**EXERCISE:** As the lines appear below, please set them down exactly, starting at the first and finishing with the one containing "(-50, 46.880116473), align=None)".

**INFORMATION PROVIDED:**
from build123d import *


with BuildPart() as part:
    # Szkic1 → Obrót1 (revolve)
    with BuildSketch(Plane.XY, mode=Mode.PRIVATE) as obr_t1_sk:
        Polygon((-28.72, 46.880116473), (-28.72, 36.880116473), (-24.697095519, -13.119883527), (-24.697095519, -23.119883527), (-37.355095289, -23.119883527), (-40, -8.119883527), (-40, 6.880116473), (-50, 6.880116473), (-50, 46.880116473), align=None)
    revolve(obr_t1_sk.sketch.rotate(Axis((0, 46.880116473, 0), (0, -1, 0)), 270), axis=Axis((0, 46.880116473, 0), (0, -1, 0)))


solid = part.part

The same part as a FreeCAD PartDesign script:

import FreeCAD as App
import Part
import Sketcher
from FreeCAD import Vector
Q = App.Units.Quantity


def add_polygon(sketch, points):
    """Adds a closed chain of lines whose ends are joined by coincident constraints."""
    first, n = sketch.GeometryCount, len(points)
    for a, b in zip(points, points[1:] + points[:1]):
        sketch.addGeometry(Part.LineSegment(App.Vector(*a, 0), App.Vector(*b, 0)), False)
    for i in range(n):
        sketch.addConstraint(Sketcher.Constraint("Coincident", first + i, 2, first + (i + 1) % n, 1))

doc = App.newDocument("Part")
body = doc.addObject("PartDesign::Body", "Body")

# Sketch on XY plane
sketch1 = body.newObject("Sketcher::SketchObject", "Sketch")
sketch1.AttachmentSupport = (doc.getObject("XY_Plane"), [""])
sketch1.MapMode = "FlatFace"
add_polygon(sketch1, [(-28.72, 36.880116), (-28.72, 46.880116), (-50, 46.880116), (-50, 6.880116), (-40, 6.880116), (-40, -8.119884), (-37.355095, -23.119884), (-24.697096, -23.119884), (-24.697096, -13.119884)])  # lines 0-8
sketch1.addConstraint([
    Sketcher.Constraint("Vertical", 0),
    Sketcher.Constraint("Horizontal", 1),
    Sketcher.Constraint("Vertical", 2),
    Sketcher.Constraint("Horizontal", 3),
    Sketcher.Constraint("Vertical", 4),
    Sketcher.Constraint("Horizontal", 6),
    Sketcher.Constraint("Vertical", 7),
    Sketcher.Constraint("Equal", 3, 0),
    Sketcher.Constraint("Equal", 0, 7),
    Sketcher.Constraint("DistanceX", 3, 1, 3, 2, Q("10 mm")),
    Sketcher.Constraint("DistanceY", 2, 2, 2, 1, Q("40 mm")),
    Sketcher.Constraint("DistanceY", 4, 2, 4, 1, Q("15 mm")),
    Sketcher.Constraint("Angle", 5, Q("-80 deg")),
    Sketcher.Constraint("DistanceX", 1, 2, -1, 1, Q("50 mm")),
    Sketcher.Constraint("Angle", 8, Q("94.6 deg")),
    Sketcher.Constraint("DistanceY", 5, 2, 4, 2, Q("15 mm")),
    Sketcher.Constraint("DistanceX", 1, 2, 1, 1, Q("21.28 mm")),
    Sketcher.Constraint("DistanceY", -1, 1, 0, 2, Q("46.880116 mm")),
])
revolution = body.newObject("PartDesign::Revolution", "Revolution")
revolution.Profile = sketch1
revolution.ReferenceAxis = (sketch1, ["V_Axis"])
revolution.Angle = 360

doc.recompute()
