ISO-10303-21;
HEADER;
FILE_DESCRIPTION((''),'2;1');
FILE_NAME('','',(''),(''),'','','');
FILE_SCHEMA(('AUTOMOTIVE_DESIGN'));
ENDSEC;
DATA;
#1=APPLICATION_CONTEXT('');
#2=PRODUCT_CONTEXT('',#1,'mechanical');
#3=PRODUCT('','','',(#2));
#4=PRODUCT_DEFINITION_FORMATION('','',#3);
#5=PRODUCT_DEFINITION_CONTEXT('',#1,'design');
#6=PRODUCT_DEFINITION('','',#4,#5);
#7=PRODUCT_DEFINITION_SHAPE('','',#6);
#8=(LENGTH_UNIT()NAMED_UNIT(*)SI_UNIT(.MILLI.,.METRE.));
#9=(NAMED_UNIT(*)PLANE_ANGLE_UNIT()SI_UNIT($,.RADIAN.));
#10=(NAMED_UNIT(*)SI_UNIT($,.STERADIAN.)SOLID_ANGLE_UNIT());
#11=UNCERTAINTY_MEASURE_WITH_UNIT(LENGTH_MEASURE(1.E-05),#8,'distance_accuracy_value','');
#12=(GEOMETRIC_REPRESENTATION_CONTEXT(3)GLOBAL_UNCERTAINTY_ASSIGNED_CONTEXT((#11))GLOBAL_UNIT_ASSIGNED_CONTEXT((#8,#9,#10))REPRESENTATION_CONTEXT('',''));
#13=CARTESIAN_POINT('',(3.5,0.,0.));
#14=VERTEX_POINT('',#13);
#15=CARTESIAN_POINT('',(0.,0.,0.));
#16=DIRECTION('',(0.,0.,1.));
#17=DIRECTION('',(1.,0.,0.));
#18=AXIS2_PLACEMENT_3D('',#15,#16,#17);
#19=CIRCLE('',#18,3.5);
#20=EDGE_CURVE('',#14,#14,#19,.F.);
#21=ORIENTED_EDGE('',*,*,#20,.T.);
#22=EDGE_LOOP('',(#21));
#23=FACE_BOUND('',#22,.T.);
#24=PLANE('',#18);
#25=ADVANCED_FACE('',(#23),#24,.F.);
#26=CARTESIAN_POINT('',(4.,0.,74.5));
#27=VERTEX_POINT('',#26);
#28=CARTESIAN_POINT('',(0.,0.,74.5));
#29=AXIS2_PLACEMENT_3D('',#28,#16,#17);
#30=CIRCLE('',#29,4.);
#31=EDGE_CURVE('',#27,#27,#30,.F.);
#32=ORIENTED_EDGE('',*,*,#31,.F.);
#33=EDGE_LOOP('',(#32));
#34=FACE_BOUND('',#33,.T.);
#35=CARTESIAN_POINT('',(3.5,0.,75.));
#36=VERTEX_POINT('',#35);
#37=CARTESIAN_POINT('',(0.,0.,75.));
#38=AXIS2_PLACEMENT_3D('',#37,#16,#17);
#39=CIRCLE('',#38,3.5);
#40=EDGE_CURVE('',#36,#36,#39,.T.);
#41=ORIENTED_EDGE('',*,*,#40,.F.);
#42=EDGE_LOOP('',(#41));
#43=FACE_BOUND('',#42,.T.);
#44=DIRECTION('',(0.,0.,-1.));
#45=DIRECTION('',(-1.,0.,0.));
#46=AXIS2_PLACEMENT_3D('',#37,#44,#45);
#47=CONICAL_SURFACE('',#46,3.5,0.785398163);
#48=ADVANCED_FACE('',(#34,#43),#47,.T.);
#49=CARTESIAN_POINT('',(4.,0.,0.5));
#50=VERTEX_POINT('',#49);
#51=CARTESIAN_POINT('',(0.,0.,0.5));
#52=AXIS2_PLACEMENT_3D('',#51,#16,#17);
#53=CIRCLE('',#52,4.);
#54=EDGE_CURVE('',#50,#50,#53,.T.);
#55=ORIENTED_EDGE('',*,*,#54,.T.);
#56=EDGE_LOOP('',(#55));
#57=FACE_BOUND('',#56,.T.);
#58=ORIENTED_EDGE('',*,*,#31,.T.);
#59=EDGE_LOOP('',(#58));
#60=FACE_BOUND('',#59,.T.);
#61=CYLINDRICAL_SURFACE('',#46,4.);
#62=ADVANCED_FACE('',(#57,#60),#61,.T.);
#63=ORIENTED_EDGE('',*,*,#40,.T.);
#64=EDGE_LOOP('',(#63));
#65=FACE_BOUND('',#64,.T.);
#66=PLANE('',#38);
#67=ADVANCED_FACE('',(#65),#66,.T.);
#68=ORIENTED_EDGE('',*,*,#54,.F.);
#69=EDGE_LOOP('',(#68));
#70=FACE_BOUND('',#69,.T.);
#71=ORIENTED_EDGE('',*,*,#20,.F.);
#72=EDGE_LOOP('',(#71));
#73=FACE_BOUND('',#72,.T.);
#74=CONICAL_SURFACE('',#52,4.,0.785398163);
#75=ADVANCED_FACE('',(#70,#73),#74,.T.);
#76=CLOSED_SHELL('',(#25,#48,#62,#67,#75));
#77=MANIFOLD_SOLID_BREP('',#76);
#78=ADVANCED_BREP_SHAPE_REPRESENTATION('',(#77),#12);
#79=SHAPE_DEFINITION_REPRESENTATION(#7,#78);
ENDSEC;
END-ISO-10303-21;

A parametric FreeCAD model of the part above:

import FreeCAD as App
import Part
import Sketcher

V = App.Vector


def edges_at(feature, points):
    """Names of the edges that pass closest to the given points."""
    edges = feature.Shape.Edges
    near = lambda p: min(range(len(edges)), key=lambda i: edges[i].distToShape(Part.Vertex(*p))[0])
    return sorted({f"Edge{near(p) + 1}" for p in points})

doc = App.newDocument("Part")
body = doc.addObject("PartDesign::Body", "Body")

sketch1 = body.newObject("Sketcher::SketchObject", "Sketch")
sketch1.AttachmentSupport = (doc.getObject("XY_Plane"), [""])
sketch1.MapMode = "FlatFace"
sketch1.addGeometry(Part.Circle(V(0, 0, 0), V(0, 0, 1), 4), False)
sketch1.addConstraint([
    Sketcher.Constraint("Coincident", 0, 3, -1, 1),
    Sketcher.Constraint("Diameter", 0, 8.0),
])
pad1 = body.newObject("PartDesign::Pad", "Pad")
pad1.Profile = sketch1
pad1.Length = 75
doc.recompute()

chamfer = body.newObject("PartDesign::Chamfer", "Chamfer")
chamfer.Base = (pad1, edges_at(pad1, [(-4, 0, 0), (-4, 0, 75)]))
chamfer.Size = 0.5

doc.recompute()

**ANSWER:**
from build123d import *


with BuildPart() as part:
    # Szkic1 → Obrót1 (revolve)
    with BuildSketch(Plane.XY, mode=Mode.PRIVATE) as obr_t1_sk:
        Polygon((-28.72, 46.880116473), (-28.72, 36.880116473), (-24.697095519, -13.119883527), (-24.697095519, -23.119883527), (-37.355095289, -23.119883527), (-40, -8.119883527), (-40, 6.880116473), (-50, 6.880116473), (-50, 46.880116473), align=None)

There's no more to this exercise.